Instructions for the task — The lines to extract run from the first line of the entries through the line that contains "f 197 198 243"; reproduce exactly those lines and no others.

··· Available data ···

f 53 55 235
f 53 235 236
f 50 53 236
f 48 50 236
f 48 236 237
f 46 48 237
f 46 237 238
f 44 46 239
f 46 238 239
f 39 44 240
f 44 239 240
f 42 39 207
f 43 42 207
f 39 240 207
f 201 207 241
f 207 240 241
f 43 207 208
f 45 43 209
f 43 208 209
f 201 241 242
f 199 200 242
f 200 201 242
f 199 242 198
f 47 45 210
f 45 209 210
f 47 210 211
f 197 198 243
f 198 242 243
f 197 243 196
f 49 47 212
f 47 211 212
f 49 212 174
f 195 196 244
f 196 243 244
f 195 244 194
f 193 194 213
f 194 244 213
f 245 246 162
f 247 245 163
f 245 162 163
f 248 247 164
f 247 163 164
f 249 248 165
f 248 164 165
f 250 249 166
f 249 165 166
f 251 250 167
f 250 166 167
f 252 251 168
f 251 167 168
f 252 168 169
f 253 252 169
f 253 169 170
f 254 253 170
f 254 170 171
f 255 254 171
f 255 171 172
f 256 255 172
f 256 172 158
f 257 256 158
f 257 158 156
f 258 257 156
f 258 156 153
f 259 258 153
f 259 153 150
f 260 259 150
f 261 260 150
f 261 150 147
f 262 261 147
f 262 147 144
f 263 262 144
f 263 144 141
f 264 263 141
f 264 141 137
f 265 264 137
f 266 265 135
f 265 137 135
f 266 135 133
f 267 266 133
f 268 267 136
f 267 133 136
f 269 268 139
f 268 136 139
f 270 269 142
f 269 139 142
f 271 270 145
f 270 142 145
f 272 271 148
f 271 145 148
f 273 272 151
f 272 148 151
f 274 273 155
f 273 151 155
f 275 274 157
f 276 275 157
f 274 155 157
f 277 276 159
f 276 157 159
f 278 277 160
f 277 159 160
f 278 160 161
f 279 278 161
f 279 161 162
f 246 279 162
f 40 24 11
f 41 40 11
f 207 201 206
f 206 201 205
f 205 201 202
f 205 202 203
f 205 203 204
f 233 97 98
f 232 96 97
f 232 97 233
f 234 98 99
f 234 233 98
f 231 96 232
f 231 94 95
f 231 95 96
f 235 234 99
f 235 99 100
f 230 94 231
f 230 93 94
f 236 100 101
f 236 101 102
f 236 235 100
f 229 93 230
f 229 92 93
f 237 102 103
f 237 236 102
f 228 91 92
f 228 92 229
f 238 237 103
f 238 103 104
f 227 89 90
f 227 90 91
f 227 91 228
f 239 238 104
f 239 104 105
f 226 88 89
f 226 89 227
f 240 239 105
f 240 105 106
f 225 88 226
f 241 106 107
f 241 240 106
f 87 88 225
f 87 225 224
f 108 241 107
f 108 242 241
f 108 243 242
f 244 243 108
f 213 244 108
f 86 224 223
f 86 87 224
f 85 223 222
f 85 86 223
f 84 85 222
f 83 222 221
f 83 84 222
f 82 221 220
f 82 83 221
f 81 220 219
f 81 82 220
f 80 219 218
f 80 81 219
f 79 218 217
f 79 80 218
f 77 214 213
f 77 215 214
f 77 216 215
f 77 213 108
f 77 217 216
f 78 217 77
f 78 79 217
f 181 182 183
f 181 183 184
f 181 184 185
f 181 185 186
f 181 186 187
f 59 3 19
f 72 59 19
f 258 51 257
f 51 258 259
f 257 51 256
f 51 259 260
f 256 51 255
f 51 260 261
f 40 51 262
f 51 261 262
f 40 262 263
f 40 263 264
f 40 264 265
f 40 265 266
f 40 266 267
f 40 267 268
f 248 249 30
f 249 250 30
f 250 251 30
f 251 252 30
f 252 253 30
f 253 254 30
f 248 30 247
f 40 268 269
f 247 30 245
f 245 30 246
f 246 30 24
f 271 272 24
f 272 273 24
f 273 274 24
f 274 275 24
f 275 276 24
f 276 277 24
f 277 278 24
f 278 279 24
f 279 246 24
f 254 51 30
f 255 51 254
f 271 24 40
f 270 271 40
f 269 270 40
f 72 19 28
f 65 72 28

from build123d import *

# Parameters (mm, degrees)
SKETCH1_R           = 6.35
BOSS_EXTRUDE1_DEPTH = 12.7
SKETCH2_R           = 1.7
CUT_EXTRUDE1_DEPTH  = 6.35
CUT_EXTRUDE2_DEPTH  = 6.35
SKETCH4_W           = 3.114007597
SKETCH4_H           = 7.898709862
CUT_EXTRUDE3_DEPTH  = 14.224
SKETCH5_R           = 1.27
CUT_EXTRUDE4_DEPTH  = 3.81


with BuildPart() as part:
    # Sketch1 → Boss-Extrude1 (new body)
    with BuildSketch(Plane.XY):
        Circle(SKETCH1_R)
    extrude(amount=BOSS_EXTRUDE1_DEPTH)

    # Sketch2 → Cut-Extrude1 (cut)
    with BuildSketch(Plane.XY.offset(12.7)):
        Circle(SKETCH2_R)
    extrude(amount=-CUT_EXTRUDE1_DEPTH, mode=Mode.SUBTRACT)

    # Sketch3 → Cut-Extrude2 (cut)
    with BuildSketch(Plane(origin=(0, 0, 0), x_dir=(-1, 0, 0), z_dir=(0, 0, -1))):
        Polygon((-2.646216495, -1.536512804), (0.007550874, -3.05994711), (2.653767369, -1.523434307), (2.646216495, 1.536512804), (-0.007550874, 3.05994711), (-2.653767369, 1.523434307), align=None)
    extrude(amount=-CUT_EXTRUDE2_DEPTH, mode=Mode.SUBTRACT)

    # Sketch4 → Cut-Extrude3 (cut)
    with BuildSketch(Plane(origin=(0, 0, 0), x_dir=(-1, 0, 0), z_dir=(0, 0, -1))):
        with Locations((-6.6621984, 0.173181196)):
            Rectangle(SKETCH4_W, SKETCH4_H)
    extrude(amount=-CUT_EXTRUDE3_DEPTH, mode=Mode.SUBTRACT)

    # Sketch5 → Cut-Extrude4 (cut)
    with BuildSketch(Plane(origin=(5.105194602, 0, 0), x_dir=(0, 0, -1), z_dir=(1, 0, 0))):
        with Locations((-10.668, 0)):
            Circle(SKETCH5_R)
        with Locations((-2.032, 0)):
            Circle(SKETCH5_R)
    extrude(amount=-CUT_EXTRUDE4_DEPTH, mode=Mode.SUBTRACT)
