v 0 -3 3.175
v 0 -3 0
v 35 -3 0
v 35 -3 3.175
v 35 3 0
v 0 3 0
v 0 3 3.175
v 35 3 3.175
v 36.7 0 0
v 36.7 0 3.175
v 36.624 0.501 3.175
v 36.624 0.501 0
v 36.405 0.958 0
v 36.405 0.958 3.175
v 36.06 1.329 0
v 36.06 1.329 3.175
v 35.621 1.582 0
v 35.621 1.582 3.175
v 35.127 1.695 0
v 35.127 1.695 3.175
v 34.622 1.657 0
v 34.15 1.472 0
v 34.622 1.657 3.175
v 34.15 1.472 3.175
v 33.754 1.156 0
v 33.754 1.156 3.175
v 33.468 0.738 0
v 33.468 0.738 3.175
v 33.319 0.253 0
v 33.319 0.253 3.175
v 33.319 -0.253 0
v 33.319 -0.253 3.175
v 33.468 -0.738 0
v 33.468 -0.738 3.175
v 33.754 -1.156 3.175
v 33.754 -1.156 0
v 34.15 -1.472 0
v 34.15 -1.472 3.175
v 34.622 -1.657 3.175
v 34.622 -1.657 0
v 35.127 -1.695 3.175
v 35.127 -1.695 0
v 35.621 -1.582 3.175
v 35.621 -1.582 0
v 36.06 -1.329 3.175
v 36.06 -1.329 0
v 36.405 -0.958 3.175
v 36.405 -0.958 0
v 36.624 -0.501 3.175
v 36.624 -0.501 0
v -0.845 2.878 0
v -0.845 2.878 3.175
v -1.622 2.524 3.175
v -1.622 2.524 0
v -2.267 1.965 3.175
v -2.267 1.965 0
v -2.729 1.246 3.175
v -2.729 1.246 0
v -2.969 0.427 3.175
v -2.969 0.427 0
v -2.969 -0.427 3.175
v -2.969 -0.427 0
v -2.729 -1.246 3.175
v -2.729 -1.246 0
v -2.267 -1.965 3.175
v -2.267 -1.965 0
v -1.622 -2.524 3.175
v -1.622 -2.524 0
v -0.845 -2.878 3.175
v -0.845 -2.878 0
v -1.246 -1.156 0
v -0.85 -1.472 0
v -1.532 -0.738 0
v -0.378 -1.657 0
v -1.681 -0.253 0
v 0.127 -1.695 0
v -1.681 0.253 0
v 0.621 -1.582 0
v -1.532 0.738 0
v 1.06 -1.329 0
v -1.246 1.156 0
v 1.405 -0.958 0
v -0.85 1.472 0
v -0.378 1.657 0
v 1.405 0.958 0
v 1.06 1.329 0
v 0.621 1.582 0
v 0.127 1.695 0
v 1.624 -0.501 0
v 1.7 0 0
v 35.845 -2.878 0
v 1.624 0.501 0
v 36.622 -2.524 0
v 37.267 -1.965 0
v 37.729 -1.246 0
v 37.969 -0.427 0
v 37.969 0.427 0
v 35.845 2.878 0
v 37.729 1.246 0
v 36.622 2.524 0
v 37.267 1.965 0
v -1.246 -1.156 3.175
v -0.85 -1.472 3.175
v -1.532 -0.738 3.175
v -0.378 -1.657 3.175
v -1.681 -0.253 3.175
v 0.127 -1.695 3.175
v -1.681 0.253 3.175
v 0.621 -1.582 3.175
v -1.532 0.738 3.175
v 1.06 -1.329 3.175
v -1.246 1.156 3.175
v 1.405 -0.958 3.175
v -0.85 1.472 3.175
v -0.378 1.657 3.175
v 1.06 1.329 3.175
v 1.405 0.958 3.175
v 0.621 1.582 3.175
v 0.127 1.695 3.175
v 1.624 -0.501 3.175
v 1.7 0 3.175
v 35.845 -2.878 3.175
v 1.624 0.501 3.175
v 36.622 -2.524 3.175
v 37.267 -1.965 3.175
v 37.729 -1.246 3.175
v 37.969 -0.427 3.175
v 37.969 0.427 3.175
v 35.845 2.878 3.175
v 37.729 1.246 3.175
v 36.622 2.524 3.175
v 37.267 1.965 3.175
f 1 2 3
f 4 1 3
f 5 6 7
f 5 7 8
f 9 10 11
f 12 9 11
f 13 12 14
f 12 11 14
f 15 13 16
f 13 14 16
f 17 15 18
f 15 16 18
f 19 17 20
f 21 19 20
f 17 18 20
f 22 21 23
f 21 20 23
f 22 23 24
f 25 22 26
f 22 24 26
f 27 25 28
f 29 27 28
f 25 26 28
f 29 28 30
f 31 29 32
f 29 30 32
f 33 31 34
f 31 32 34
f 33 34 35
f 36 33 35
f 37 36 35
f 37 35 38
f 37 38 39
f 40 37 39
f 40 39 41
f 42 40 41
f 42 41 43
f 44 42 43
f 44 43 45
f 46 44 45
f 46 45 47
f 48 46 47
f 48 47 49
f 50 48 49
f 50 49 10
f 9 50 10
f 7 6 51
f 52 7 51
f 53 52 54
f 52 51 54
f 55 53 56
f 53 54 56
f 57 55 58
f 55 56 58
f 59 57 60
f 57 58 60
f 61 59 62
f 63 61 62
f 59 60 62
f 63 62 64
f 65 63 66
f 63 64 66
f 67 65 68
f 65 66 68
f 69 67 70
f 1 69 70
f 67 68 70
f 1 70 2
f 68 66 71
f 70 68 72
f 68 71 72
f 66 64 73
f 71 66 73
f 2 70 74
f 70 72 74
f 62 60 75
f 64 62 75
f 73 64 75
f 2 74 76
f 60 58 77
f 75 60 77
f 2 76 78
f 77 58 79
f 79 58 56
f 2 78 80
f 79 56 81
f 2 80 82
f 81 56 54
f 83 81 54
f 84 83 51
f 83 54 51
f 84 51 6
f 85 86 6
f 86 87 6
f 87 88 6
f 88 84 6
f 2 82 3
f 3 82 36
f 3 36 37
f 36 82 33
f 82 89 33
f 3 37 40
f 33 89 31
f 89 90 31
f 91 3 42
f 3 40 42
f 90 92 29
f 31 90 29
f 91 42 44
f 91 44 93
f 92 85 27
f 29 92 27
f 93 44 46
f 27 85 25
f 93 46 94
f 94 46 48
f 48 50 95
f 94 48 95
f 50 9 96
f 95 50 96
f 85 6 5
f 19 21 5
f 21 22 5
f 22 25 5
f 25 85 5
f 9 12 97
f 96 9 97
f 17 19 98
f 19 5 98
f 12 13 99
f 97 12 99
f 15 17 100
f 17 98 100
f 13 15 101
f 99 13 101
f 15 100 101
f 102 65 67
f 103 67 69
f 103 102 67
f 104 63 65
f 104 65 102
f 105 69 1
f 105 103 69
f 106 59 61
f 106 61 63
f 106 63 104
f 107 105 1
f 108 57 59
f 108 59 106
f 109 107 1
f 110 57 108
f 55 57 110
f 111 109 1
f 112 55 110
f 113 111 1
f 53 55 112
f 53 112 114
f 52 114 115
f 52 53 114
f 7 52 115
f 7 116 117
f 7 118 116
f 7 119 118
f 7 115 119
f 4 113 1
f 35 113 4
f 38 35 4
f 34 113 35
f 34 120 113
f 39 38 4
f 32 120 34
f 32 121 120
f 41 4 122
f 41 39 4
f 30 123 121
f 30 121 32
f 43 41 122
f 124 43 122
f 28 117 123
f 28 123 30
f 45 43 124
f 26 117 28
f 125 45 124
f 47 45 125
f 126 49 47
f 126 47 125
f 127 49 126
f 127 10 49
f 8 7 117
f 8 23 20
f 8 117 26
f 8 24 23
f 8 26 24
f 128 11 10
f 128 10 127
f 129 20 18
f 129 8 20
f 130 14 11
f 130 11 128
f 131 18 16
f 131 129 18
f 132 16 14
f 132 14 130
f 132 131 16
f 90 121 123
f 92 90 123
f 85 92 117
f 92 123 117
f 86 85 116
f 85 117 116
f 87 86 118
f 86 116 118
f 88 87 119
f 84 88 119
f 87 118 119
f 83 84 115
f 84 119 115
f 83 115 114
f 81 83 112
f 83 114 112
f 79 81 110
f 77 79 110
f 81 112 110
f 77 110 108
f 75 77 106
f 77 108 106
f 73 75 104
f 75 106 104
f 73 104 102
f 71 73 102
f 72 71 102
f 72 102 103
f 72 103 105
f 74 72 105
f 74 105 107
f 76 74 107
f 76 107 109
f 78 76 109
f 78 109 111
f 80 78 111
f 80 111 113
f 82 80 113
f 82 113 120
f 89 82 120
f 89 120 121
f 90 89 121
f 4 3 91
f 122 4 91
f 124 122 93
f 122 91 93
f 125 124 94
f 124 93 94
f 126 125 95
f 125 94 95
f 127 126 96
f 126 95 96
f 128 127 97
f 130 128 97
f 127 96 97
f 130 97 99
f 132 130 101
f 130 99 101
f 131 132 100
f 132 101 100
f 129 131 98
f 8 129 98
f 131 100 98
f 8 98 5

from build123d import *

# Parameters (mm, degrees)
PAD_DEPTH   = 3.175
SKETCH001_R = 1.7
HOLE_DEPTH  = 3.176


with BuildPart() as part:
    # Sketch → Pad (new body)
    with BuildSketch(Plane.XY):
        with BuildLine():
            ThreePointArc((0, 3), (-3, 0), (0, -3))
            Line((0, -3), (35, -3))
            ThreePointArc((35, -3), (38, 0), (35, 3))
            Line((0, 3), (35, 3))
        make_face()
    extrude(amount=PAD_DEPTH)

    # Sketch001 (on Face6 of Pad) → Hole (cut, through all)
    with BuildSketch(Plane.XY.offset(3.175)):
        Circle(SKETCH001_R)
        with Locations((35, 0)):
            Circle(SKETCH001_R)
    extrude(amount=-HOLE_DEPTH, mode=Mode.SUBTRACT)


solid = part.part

···

Response to this exercise —
f 53 55 235
f 53 235 236
f 50 53 236
f 48 50 236
f 48 236 237
f 46 48 237
f 46 237 238
f 44 46 239
f 46 238 239
f 39 44 240
f 44 239 240
f 42 39 207
f 43 42 207
f 39 240 207
f 201 207 241
f 207 240 241
f 43 207 208
f 45 43 209
f 43 208 209
f 201 241 242
f 199 200 242
f 200 201 242
f 199 242 198
f 47 45 210
f 45 209 210
f 47 210 211
f 197 198 243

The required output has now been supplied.